Task brief =>
Below are several entries. Transcribe exactly those lines that fall from the one with "f 412 411 191" through the one with "f 376 427 377", end lines included.

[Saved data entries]
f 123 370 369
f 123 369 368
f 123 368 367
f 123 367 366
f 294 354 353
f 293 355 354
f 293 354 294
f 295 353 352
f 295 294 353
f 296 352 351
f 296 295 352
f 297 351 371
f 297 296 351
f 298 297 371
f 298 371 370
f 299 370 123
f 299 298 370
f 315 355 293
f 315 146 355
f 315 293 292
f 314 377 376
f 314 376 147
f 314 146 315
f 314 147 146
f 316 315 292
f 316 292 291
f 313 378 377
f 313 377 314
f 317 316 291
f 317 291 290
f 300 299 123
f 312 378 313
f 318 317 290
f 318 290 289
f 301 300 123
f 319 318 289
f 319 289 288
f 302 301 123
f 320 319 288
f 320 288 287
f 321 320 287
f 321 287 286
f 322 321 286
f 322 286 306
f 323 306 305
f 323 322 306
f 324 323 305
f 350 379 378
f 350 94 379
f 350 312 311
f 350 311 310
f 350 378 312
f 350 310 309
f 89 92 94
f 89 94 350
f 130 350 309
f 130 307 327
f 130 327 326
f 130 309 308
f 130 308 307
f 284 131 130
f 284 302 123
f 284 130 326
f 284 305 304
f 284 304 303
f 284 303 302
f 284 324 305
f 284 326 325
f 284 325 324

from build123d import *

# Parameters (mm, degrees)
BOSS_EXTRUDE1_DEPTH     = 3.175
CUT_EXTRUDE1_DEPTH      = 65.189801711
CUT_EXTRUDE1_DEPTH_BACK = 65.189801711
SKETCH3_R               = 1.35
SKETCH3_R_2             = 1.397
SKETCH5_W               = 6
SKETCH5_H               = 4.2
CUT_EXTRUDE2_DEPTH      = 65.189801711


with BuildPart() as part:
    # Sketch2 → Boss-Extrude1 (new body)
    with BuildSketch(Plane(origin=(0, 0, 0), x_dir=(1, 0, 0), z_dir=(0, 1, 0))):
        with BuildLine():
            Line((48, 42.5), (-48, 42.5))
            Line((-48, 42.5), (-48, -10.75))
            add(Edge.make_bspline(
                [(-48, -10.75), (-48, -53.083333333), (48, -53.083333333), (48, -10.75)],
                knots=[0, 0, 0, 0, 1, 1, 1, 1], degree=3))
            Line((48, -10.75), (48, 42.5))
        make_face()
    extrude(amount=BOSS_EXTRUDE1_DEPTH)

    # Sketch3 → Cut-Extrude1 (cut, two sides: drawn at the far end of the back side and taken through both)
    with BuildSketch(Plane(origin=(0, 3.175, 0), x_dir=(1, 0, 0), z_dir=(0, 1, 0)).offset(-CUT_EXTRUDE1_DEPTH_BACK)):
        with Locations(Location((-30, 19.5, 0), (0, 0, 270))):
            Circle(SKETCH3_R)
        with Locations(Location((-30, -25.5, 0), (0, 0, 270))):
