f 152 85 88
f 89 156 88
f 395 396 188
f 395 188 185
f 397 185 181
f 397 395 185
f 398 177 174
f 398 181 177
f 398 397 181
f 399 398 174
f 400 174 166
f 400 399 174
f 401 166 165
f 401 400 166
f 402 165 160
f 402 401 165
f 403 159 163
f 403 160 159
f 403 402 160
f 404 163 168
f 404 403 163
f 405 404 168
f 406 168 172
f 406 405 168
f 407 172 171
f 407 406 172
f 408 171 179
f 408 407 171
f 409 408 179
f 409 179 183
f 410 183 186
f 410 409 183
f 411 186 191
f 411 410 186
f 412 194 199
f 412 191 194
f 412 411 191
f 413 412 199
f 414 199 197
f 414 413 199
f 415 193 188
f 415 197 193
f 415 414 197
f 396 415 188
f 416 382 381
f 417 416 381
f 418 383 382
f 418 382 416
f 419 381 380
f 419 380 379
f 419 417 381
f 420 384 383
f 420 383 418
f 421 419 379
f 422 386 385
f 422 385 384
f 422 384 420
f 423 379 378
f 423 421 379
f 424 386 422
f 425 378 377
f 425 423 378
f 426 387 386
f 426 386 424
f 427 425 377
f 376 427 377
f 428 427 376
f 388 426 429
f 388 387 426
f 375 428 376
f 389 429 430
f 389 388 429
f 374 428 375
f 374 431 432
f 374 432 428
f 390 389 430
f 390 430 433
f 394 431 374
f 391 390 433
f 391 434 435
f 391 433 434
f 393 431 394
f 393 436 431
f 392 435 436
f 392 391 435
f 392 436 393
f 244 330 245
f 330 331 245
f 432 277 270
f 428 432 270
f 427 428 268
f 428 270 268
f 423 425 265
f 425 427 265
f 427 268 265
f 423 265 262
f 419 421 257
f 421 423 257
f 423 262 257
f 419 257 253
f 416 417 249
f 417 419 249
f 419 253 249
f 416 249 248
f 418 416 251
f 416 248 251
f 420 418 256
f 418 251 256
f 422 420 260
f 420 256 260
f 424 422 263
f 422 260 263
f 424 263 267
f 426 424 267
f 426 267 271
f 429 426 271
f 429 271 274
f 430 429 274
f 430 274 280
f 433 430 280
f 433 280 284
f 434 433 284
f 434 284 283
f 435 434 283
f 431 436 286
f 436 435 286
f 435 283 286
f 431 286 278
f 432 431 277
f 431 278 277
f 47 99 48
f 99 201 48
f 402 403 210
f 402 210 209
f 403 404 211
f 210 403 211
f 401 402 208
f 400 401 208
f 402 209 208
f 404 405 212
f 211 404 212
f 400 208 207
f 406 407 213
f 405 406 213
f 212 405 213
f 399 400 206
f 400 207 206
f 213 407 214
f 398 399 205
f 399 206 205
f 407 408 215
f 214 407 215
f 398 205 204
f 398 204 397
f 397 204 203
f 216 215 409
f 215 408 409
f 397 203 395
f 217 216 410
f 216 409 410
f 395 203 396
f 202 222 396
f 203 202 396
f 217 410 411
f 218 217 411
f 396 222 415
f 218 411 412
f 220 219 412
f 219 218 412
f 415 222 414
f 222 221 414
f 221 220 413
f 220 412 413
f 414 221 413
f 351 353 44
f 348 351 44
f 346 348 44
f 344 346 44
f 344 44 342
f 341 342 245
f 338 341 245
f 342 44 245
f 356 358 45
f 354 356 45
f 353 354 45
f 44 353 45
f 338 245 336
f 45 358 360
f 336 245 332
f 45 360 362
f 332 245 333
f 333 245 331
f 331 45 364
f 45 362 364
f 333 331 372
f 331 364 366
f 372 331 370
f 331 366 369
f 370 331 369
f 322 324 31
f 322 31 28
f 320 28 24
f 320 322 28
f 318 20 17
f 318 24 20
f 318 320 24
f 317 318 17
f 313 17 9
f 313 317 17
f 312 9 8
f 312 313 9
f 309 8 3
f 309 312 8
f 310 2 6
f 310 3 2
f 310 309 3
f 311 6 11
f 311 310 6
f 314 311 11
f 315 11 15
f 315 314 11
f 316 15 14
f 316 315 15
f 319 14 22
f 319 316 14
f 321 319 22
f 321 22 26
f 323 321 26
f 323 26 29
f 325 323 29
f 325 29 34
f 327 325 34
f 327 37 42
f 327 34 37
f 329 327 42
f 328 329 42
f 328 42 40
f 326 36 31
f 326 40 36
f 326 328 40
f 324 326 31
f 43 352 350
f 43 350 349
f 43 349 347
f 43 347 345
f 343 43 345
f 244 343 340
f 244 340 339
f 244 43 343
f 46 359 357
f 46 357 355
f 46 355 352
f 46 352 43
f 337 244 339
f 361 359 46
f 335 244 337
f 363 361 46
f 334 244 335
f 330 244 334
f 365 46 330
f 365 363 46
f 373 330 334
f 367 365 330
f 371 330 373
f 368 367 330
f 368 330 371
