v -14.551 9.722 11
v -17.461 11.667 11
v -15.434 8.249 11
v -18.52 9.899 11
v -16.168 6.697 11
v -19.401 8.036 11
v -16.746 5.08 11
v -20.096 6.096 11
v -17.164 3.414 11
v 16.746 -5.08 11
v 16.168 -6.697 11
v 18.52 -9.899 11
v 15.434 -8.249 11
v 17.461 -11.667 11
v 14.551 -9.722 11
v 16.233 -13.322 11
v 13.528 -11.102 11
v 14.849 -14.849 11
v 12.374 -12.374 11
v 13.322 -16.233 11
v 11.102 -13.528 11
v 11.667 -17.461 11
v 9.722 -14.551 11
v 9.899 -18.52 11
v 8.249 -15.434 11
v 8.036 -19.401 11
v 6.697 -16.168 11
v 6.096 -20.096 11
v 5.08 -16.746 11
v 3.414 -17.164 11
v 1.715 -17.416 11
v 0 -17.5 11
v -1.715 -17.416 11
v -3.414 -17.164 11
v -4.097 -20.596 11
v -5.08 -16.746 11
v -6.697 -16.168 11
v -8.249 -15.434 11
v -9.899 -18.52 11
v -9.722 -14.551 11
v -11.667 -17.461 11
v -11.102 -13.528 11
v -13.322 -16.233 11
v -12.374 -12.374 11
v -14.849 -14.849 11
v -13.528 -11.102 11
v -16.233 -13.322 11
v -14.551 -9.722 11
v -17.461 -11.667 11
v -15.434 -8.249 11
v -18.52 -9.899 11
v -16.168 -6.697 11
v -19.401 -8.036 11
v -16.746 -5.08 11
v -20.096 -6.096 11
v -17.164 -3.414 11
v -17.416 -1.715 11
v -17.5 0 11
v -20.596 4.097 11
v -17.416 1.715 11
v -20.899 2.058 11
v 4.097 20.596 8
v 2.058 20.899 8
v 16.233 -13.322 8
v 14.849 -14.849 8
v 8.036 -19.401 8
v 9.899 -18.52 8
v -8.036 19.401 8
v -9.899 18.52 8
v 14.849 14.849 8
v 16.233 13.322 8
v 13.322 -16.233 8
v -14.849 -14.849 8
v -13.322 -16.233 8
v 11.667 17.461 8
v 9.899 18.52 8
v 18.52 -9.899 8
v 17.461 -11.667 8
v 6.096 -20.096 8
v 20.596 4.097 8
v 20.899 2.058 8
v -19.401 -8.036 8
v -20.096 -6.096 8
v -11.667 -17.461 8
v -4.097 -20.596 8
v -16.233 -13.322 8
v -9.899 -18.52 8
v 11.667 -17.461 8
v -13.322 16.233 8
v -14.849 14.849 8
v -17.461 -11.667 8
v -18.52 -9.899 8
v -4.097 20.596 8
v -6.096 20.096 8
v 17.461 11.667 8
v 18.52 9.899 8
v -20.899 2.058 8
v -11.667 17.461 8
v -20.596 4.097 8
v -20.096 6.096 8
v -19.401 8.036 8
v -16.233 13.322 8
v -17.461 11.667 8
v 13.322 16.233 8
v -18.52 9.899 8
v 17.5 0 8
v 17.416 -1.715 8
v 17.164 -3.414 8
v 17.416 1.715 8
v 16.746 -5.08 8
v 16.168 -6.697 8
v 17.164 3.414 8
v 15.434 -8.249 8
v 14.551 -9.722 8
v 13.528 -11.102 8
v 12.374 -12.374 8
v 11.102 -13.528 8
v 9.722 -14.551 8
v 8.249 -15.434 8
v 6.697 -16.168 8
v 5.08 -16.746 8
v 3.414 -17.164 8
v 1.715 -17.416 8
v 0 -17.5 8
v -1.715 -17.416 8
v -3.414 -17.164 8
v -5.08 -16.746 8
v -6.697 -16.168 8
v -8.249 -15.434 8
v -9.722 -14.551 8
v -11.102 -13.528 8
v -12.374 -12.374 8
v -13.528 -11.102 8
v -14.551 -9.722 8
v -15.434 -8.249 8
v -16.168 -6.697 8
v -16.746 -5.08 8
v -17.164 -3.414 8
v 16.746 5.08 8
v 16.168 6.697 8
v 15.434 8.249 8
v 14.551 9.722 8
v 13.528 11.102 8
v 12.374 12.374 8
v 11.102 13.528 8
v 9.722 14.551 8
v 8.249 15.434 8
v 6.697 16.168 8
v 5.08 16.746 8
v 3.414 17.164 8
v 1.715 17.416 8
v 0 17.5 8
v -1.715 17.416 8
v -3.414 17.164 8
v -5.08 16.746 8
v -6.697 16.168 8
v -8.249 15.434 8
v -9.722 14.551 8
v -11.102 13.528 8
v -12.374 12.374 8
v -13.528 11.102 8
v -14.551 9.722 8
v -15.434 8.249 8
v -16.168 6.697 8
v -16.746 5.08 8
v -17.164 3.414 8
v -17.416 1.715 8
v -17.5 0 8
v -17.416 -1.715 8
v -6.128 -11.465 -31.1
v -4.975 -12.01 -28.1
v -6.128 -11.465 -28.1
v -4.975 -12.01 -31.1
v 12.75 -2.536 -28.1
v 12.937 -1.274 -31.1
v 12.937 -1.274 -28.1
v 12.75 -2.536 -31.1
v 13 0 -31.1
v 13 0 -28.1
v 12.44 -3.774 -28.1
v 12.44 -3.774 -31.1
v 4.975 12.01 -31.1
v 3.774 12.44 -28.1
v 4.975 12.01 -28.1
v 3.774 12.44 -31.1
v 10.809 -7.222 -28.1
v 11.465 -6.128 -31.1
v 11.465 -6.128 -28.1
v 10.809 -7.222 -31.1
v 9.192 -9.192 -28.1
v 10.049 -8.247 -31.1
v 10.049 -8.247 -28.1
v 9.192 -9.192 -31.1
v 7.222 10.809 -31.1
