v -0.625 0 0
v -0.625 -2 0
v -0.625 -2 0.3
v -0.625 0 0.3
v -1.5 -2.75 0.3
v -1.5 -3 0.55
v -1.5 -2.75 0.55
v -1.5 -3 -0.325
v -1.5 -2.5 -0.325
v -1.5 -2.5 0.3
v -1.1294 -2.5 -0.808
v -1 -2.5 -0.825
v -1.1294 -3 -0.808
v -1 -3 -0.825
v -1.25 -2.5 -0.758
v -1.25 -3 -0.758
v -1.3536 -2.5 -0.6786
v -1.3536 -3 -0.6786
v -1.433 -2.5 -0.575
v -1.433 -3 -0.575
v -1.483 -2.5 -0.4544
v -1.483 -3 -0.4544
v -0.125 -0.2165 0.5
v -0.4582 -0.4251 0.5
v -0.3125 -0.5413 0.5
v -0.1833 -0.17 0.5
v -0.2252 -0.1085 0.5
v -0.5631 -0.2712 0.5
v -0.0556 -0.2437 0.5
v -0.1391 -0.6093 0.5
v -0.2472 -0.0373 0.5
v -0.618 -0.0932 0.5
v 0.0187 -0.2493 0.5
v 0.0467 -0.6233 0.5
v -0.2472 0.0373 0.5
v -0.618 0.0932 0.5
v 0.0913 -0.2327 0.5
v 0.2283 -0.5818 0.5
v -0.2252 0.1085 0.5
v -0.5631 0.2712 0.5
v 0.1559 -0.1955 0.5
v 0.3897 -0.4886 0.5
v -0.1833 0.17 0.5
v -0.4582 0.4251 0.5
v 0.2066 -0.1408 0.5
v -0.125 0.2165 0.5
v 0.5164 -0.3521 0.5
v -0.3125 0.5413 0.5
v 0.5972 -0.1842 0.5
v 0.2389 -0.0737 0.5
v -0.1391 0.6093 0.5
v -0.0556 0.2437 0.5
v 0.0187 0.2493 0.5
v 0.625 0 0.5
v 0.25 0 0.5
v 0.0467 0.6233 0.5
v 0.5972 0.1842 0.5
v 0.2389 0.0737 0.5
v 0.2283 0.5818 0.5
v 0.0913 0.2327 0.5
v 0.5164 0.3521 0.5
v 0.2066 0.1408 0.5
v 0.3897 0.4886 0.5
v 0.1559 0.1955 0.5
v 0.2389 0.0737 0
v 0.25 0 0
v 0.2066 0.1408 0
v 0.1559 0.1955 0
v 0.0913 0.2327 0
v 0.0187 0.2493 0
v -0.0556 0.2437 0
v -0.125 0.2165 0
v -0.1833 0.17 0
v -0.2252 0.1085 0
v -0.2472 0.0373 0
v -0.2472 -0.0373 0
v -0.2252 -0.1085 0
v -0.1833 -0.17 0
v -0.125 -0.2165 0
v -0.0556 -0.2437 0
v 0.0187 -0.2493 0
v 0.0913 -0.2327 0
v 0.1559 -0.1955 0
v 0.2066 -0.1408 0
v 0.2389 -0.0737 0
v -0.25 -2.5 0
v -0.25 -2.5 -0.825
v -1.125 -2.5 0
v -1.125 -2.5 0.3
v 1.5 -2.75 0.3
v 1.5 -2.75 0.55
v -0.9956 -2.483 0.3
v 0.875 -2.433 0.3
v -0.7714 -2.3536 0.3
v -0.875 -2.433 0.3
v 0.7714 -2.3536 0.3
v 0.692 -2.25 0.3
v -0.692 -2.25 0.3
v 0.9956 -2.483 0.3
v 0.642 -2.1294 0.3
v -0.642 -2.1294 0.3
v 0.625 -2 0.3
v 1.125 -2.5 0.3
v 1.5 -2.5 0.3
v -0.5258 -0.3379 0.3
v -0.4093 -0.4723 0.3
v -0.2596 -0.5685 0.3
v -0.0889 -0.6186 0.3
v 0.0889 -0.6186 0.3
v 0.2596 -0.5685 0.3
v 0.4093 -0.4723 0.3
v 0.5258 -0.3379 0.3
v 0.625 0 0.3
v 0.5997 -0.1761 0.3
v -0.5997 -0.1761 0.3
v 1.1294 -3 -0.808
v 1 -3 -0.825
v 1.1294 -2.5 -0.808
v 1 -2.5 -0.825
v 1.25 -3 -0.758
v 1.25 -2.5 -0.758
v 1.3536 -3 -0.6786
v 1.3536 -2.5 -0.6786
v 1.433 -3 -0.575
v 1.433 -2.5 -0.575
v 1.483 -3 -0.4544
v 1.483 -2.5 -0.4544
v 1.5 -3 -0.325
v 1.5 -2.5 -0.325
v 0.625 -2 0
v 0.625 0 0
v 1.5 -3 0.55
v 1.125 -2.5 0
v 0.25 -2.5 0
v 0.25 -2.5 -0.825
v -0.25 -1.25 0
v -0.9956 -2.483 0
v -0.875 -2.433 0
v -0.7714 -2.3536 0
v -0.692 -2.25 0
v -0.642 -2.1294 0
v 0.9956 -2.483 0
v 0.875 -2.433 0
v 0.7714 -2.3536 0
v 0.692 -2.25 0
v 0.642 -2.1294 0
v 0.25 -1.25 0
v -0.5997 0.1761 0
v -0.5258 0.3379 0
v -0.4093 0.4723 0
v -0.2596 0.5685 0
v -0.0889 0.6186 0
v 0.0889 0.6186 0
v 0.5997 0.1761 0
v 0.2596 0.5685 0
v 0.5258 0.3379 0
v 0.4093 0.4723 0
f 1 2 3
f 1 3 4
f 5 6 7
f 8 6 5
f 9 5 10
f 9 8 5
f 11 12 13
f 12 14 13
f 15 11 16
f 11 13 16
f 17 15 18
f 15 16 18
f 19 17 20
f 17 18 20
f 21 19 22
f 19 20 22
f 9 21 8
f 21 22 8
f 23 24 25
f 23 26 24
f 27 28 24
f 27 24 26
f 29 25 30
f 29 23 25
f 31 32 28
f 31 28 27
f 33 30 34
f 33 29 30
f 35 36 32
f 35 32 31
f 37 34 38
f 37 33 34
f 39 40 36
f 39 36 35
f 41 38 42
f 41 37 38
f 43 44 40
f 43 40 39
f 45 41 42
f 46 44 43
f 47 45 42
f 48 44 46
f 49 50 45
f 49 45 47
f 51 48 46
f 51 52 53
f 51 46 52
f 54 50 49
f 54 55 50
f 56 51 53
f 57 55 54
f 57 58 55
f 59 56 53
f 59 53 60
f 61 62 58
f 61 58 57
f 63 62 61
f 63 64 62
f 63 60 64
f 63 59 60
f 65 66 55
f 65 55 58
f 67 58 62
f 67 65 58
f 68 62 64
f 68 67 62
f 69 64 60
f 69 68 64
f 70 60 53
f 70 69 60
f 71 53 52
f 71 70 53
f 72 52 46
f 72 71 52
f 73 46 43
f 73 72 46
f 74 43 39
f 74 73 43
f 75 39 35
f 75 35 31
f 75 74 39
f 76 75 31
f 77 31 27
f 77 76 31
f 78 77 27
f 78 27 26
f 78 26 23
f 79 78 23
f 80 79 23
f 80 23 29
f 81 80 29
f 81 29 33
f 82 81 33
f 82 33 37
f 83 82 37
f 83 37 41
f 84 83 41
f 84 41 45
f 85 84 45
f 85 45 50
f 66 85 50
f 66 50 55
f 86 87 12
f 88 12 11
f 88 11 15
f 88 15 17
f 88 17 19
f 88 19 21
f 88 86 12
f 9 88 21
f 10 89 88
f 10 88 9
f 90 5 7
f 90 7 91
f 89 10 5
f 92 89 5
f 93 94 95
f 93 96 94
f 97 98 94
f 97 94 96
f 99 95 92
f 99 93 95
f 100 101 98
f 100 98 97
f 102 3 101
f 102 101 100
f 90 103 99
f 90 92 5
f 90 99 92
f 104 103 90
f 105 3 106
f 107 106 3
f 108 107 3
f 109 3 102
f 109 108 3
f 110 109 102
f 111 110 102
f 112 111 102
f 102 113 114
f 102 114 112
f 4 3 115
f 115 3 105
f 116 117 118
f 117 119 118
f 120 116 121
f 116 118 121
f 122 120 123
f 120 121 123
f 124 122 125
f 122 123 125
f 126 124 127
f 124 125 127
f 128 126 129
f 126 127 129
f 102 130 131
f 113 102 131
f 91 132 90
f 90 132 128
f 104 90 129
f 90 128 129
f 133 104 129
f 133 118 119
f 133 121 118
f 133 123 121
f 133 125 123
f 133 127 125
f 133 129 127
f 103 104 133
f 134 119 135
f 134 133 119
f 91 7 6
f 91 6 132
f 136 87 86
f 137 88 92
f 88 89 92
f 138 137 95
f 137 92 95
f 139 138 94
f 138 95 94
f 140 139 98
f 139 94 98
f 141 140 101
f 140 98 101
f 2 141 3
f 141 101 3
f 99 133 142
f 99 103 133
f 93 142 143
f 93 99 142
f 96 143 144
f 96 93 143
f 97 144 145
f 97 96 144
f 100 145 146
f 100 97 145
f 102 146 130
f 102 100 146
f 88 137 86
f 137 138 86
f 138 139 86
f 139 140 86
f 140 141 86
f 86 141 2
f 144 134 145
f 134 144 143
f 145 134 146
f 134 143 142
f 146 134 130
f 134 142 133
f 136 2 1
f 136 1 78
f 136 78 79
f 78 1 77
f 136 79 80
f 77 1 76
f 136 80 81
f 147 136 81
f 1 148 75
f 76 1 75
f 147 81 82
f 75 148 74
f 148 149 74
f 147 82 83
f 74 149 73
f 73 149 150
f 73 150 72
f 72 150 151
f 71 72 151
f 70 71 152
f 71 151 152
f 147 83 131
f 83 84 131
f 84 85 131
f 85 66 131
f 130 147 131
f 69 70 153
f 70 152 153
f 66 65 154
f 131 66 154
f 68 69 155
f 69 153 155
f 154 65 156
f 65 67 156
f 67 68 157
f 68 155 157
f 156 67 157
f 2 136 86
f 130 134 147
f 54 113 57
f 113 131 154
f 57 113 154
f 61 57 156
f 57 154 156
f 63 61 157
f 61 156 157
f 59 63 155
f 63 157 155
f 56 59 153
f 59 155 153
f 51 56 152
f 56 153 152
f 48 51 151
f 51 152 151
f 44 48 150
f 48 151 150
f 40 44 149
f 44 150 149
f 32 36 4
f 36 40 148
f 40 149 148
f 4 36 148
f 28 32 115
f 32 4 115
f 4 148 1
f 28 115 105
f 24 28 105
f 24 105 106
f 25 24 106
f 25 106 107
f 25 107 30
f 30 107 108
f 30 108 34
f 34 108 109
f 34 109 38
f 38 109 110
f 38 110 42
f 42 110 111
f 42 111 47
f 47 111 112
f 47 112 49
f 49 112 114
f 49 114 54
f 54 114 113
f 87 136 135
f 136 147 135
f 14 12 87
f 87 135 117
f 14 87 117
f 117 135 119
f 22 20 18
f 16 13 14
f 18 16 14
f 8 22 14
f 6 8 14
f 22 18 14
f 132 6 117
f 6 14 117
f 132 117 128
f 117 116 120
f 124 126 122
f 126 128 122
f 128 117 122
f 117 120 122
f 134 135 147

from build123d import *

# Parameters (mm, degrees)
SKETCH1_R           = 0.625
SKETCH1_R_2         = 0.25
BOSS_EXTRUDE1_DEPTH = 0.5
SKETCH2_W           = 1.25
SKETCH2_H           = 2.5
BOSS_EXTRUDE2_DEPTH = 0.3
BOSS_EXTRUDE3_DEPTH = 1.125
SKETCH4_W           = 3
SKETCH4_H           = 0.25
BOSS_EXTRUDE4_DEPTH = 0.25
SKETCH6_R           = 0.25
CUT_EXTRUDE1_DEPTH  = 0.3
FILLET1_R           = 0.5
BOSS_EXTRUDE5_DEPTH = 0.25
FILLET2_R           = 0.5


with BuildPart() as part:
    # Sketch1 → Boss-Extrude1 (new body)
    with BuildSketch(Plane.XY):
        Circle(SKETCH1_R)
        Circle(SKETCH1_R_2, mode=Mode.SUBTRACT)
    extrude(amount=BOSS_EXTRUDE1_DEPTH)

    # Sketch2 → Boss-Extrude2 (add)
    with BuildSketch(Plane.XY):
        with Locations((0, -1.25)):
            Rectangle(SKETCH2_W, SKETCH2_H)
    extrude(amount=BOSS_EXTRUDE2_DEPTH)

    # Sketch3 → Boss-Extrude3 (add)
    with BuildSketch(Plane.XY.offset(0.3)):
        Polygon((0, -2.5), (-0.625, -2.5), (-1.5, -2.5), (-1.5, -3), (1.5, -3), (1.5, -2.5), (0.625, -2.5), align=None)
    extrude(amount=-BOSS_EXTRUDE3_DEPTH)

    # Sketch4 → Boss-Extrude4 (add)
    with BuildSketch(Plane.XY.offset(0.3)):
        with Locations((0, -2.875)):
            Rectangle(SKETCH4_W, SKETCH4_H)
    extrude(amount=BOSS_EXTRUDE4_DEPTH)

    # Sketch6 → Cut-Extrude1 (cut)
    with BuildSketch(Plane.XY.offset(0.3)):
        Circle(SKETCH6_R)
    extrude(amount=-CUT_EXTRUDE1_DEPTH, mode=Mode.SUBTRACT)

    # Fillet1
    fillet1_edges = [part.edges().sort_by_distance(p)[0] for p in [
        (-0.625, -2.5, 0.15),
        (0.625, -2.5, 0.15),
    ]]
    fillet(fillet1_edges, radius=FILLET1_R)

    # Sketch7 → Boss-Extrude5 (add, symmetric)
    with BuildSketch(Plane(origin=(0, 0, 0), x_dir=(0, 0, -1), z_dir=(1, 0, 0))):
        Polygon((0, -2.5), (0, -1.25), (0.825, -2.5), align=None)
    extrude(amount=BOSS_EXTRUDE5_DEPTH, both=True)

    # Fillet2
    fillet2_edges = [part.edges().sort_by_distance(p)[0] for p in [
        (1.5, -2.75, -0.825),
        (-1.5, -2.75, -0.825),
    ]]
    fillet(fillet2_edges, radius=FILLET2_R)


solid = part.part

Finished task =>
f 412 411 191
f 413 412 199
f 414 199 197
f 414 413 199
f 415 193 188
f 415 197 193
f 415 414 197
f 396 415 188
f 416 382 381
f 417 416 381
f 418 383 382
f 418 382 416
f 419 381 380
f 419 380 379
f 419 417 381
f 420 384 383
f 420 383 418
f 421 419 379
f 422 386 385
f 422 385 384
f 422 384 420
f 423 379 378
f 423 421 379
f 424 386 422
f 425 378 377
f 425 423 378
f 426 387 386
f 426 386 424
f 427 425 377
f 376 427 377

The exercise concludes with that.